-------- RECORDS SUPPLIED --------

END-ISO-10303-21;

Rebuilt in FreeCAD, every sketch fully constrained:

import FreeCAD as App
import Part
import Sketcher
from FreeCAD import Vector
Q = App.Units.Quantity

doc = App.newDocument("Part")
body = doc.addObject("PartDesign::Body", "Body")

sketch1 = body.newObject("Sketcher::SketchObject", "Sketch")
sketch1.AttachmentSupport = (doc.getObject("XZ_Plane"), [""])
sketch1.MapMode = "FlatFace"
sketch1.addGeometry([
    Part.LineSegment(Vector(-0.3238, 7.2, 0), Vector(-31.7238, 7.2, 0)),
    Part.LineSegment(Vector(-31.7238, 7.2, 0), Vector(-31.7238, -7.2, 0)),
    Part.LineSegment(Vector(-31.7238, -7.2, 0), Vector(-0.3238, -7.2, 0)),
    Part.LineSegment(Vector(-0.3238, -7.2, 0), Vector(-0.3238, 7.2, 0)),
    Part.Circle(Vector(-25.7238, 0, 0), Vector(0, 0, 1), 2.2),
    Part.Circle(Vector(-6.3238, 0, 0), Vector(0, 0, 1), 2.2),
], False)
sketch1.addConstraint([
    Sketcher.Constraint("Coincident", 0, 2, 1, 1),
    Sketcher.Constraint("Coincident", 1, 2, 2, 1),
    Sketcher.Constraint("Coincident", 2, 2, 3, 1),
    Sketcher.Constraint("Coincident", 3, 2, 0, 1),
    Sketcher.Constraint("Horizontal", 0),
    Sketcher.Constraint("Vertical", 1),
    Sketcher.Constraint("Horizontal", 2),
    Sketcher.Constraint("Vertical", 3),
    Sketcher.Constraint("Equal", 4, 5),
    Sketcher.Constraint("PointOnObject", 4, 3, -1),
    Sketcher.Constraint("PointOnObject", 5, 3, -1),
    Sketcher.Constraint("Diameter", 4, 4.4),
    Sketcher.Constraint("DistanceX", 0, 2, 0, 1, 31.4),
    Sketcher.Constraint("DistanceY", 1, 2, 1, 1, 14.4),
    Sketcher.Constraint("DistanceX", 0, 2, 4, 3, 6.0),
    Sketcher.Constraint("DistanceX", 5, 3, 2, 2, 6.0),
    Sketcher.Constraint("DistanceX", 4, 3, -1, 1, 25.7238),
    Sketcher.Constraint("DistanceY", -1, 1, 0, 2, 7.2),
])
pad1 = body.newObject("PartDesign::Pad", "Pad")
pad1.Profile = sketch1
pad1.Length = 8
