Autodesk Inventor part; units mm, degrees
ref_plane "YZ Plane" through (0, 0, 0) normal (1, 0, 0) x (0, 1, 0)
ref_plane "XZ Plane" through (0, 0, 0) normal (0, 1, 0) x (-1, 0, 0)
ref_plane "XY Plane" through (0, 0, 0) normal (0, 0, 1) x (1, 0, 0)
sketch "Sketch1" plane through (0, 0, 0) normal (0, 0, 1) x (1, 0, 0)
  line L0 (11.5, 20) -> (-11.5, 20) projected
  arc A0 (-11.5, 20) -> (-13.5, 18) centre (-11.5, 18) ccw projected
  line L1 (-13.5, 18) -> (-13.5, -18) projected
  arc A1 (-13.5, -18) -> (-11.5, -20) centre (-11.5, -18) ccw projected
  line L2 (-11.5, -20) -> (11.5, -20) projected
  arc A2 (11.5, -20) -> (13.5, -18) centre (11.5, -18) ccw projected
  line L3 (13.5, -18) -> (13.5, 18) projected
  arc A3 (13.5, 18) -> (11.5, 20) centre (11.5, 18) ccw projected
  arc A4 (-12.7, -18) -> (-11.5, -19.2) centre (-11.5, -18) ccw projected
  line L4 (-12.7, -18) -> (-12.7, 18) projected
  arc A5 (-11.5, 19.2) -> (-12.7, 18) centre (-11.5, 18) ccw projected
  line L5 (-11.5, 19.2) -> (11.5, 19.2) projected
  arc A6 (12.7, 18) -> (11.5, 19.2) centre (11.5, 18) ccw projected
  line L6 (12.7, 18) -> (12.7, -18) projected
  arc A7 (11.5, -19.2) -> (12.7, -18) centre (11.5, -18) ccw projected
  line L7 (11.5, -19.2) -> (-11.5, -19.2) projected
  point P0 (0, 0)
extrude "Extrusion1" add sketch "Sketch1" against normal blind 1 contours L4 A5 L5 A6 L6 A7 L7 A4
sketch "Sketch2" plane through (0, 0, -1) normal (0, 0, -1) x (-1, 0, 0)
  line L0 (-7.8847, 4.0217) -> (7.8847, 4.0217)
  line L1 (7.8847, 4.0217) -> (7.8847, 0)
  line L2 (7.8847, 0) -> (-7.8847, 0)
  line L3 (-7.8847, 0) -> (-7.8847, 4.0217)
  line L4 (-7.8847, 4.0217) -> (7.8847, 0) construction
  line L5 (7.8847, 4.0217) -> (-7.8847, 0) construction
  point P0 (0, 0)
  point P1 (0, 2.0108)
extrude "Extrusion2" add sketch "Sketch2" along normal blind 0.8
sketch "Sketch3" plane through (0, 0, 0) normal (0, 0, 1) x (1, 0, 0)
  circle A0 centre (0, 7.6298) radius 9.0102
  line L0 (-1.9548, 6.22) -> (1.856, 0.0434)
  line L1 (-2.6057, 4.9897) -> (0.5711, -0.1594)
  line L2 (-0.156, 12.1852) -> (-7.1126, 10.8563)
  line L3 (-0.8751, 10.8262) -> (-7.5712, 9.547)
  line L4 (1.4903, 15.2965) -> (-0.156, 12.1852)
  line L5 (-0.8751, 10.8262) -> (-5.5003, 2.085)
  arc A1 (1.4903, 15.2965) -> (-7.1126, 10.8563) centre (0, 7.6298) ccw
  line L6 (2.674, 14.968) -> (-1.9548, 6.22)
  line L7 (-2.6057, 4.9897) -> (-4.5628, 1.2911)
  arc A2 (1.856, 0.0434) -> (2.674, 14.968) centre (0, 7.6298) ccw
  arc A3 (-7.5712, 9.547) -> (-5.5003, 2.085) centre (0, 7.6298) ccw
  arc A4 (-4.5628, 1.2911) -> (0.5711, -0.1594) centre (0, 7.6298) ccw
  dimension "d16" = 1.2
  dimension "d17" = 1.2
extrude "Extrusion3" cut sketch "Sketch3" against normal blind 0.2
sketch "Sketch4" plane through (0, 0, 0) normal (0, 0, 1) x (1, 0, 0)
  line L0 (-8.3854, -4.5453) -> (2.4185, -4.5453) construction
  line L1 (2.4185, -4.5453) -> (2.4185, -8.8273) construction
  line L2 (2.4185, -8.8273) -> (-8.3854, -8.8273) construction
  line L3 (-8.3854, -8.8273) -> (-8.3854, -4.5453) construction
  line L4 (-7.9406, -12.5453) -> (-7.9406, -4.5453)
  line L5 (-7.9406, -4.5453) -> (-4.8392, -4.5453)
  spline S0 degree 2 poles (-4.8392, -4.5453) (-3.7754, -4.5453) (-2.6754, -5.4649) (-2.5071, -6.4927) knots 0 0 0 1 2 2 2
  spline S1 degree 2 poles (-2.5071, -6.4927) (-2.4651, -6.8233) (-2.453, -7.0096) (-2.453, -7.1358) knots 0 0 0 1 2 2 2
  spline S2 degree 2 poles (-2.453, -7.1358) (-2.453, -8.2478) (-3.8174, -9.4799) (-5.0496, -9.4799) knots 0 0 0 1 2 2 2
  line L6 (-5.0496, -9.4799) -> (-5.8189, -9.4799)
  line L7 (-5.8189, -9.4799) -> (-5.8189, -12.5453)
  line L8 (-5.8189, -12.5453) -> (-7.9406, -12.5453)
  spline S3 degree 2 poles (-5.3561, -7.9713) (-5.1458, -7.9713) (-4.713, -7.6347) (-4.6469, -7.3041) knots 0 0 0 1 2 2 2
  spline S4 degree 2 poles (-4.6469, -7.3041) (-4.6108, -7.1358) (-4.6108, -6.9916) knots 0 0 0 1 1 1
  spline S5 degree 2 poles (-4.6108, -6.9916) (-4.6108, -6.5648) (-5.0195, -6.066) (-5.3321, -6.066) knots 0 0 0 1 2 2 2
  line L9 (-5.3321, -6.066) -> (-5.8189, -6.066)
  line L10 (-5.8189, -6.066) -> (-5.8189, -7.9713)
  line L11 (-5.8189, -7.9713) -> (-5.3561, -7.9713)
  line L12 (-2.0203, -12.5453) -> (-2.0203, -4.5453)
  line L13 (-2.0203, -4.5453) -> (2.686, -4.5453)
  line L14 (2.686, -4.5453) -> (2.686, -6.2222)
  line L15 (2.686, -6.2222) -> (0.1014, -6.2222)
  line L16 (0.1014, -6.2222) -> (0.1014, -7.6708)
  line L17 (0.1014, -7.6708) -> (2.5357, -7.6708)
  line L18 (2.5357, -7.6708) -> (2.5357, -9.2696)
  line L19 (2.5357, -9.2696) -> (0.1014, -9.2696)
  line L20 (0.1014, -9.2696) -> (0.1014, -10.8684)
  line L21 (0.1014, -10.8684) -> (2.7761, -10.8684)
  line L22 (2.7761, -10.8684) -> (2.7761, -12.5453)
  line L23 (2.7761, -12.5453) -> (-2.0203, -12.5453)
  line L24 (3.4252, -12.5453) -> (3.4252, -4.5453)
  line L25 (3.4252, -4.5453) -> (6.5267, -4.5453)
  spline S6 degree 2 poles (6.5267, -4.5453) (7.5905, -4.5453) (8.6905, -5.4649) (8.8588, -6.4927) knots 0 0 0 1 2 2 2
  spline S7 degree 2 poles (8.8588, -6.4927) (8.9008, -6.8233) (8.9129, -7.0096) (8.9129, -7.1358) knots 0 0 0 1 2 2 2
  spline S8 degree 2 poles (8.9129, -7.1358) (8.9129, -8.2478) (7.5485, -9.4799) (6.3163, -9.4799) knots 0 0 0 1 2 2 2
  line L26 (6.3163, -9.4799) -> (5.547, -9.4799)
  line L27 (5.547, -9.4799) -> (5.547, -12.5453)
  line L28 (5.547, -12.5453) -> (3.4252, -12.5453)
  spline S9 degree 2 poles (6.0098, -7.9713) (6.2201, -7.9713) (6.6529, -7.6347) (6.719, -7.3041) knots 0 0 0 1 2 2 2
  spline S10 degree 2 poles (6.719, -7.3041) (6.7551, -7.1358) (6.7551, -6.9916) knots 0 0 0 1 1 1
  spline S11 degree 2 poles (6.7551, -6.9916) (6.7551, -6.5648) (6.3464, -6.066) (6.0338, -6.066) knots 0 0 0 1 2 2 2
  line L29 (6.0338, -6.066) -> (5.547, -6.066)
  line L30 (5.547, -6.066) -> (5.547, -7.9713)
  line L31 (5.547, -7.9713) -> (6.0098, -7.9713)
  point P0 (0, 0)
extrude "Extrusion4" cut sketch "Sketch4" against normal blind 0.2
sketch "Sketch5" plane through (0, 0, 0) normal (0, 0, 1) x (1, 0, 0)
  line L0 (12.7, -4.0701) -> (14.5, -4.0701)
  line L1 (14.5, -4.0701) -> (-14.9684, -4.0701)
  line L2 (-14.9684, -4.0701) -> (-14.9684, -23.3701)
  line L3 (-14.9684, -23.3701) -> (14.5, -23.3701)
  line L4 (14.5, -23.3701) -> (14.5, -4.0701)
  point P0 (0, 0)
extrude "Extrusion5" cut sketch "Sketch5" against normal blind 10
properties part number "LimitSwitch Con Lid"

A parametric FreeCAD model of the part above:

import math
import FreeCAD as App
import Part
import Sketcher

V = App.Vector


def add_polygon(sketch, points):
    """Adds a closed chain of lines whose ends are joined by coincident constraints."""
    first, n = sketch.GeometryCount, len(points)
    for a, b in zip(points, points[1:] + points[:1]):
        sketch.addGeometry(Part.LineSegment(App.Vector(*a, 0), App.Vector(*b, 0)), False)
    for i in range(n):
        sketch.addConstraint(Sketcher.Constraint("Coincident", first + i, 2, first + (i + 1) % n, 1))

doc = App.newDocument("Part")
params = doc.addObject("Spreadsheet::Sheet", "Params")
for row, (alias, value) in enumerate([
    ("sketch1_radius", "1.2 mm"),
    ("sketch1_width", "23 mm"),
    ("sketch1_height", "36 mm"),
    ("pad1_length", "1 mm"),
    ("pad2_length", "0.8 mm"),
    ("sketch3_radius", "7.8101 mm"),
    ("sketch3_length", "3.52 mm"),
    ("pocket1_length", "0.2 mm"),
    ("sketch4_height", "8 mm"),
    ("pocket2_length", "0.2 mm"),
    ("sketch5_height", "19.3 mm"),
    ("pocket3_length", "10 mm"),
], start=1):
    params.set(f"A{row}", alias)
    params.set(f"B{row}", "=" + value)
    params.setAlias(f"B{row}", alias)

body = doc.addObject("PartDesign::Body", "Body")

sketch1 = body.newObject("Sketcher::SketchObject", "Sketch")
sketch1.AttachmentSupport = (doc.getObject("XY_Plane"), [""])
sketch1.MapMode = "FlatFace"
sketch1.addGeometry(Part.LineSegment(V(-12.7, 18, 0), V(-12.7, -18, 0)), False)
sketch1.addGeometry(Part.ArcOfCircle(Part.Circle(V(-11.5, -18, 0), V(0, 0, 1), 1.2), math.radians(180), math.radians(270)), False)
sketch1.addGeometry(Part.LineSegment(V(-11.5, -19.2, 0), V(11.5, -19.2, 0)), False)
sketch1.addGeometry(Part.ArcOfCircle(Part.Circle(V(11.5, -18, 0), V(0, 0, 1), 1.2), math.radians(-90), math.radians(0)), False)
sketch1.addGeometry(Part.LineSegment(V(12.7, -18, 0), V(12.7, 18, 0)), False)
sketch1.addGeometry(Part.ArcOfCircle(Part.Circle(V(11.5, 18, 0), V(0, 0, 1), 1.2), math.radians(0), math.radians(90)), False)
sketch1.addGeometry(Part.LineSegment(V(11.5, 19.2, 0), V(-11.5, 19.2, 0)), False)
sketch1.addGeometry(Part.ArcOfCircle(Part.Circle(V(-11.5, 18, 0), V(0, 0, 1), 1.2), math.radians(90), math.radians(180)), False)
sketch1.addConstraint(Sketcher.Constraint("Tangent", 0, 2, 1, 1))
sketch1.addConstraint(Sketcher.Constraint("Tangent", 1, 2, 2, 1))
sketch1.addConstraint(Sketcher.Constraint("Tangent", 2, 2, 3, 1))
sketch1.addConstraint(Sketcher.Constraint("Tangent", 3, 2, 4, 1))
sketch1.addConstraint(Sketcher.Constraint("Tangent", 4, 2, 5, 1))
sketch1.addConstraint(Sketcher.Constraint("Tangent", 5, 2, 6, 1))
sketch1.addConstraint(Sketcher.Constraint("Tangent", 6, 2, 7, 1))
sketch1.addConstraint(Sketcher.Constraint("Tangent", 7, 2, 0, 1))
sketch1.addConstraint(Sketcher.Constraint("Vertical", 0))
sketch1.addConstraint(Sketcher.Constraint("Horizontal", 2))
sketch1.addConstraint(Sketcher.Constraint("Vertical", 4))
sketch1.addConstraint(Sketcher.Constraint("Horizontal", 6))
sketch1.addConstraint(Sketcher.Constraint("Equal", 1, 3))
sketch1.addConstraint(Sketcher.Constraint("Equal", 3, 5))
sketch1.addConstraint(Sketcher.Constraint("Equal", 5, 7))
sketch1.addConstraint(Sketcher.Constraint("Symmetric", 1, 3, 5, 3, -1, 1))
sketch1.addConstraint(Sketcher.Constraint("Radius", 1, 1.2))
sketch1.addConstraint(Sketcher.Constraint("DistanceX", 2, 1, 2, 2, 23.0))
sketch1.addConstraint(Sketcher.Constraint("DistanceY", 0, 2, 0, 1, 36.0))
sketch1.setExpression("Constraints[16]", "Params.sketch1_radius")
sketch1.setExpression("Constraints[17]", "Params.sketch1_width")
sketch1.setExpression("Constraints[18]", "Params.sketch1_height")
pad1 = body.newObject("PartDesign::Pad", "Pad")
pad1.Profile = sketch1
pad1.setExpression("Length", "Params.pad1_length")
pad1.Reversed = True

--------
-------- RECORDS SUPPLIED --------

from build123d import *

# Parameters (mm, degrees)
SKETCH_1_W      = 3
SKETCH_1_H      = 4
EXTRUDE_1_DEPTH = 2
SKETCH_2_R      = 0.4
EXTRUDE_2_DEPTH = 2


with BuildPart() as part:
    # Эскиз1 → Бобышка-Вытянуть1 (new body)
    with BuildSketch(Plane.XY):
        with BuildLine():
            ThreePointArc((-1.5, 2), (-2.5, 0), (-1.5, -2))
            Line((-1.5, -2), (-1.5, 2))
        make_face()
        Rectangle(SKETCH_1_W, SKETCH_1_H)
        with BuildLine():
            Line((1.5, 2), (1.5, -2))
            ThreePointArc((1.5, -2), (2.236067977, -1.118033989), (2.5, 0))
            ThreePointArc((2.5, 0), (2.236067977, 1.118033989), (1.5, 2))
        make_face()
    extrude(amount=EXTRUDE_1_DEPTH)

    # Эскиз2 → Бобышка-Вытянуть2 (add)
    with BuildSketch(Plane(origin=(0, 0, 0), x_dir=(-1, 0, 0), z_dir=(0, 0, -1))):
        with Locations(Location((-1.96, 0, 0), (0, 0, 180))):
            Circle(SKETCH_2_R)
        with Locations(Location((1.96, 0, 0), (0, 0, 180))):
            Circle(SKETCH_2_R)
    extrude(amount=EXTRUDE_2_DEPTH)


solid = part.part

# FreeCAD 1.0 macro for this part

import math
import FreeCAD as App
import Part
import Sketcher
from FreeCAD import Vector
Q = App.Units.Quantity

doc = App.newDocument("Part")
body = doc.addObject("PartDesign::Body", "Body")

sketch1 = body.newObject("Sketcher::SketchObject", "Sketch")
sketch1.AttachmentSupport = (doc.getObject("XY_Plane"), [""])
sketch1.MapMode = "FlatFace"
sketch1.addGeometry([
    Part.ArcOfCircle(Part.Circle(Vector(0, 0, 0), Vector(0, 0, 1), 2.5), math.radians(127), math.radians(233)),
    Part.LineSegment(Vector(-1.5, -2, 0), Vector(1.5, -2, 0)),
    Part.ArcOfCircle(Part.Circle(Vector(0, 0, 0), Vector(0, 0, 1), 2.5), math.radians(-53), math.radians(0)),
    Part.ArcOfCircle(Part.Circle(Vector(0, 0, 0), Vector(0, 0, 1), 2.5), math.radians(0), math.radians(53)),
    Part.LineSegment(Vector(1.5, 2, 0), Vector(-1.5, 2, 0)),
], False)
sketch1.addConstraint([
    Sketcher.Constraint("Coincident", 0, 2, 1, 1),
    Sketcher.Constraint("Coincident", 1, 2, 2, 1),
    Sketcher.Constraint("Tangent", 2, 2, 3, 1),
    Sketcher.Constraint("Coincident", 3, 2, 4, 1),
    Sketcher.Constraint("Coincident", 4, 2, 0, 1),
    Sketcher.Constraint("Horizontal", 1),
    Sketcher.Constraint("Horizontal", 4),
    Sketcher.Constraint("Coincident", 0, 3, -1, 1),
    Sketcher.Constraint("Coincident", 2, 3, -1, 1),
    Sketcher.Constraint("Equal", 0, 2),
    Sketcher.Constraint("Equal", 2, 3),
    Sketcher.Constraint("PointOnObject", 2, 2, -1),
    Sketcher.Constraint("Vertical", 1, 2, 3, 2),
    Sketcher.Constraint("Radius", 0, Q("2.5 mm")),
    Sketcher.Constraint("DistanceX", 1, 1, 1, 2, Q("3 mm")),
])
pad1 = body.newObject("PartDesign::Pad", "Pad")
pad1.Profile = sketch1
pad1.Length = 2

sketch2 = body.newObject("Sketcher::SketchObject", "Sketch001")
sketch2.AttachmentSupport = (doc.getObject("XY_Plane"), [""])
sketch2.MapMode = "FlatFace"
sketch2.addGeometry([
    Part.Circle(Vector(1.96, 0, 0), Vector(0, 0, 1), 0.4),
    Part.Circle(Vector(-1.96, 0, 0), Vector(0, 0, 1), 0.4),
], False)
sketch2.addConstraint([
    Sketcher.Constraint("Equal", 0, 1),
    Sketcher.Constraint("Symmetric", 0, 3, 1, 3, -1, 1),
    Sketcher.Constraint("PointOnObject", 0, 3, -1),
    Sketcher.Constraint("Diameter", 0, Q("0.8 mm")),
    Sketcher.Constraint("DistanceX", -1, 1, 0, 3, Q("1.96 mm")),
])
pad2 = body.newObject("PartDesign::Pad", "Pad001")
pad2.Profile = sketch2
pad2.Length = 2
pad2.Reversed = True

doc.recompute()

--------

* _PROMPT_
Set down, exactly as they stand above, the lines starting with the line with "arc A4 (-4.5628, 1.2911)" and going on through the line with "line L5 (-7.9406, -4.5453)", and no others.

* _ANSWER SECTION_
  arc A4 (-4.5628, 1.2911) -> (0.5711, -0.1594) centre (0, 7.6298) ccw
  dimension "d16" = 1.2
  dimension "d17" = 1.2
extrude "Extrusion3" cut sketch "Sketch3" against normal blind 0.2
sketch "Sketch4" plane through (0, 0, 0) normal (0, 0, 1) x (1, 0, 0)
  line L0 (-8.3854, -4.5453) -> (2.4185, -4.5453) construction
  line L1 (2.4185, -4.5453) -> (2.4185, -8.8273) construction
  line L2 (2.4185, -8.8273) -> (-8.3854, -8.8273) construction
  line L3 (-8.3854, -8.8273) -> (-8.3854, -4.5453) construction
  line L4 (-7.9406, -12.5453) -> (-7.9406, -4.5453)
  line L5 (-7.9406, -4.5453) -> (-4.8392, -4.5453)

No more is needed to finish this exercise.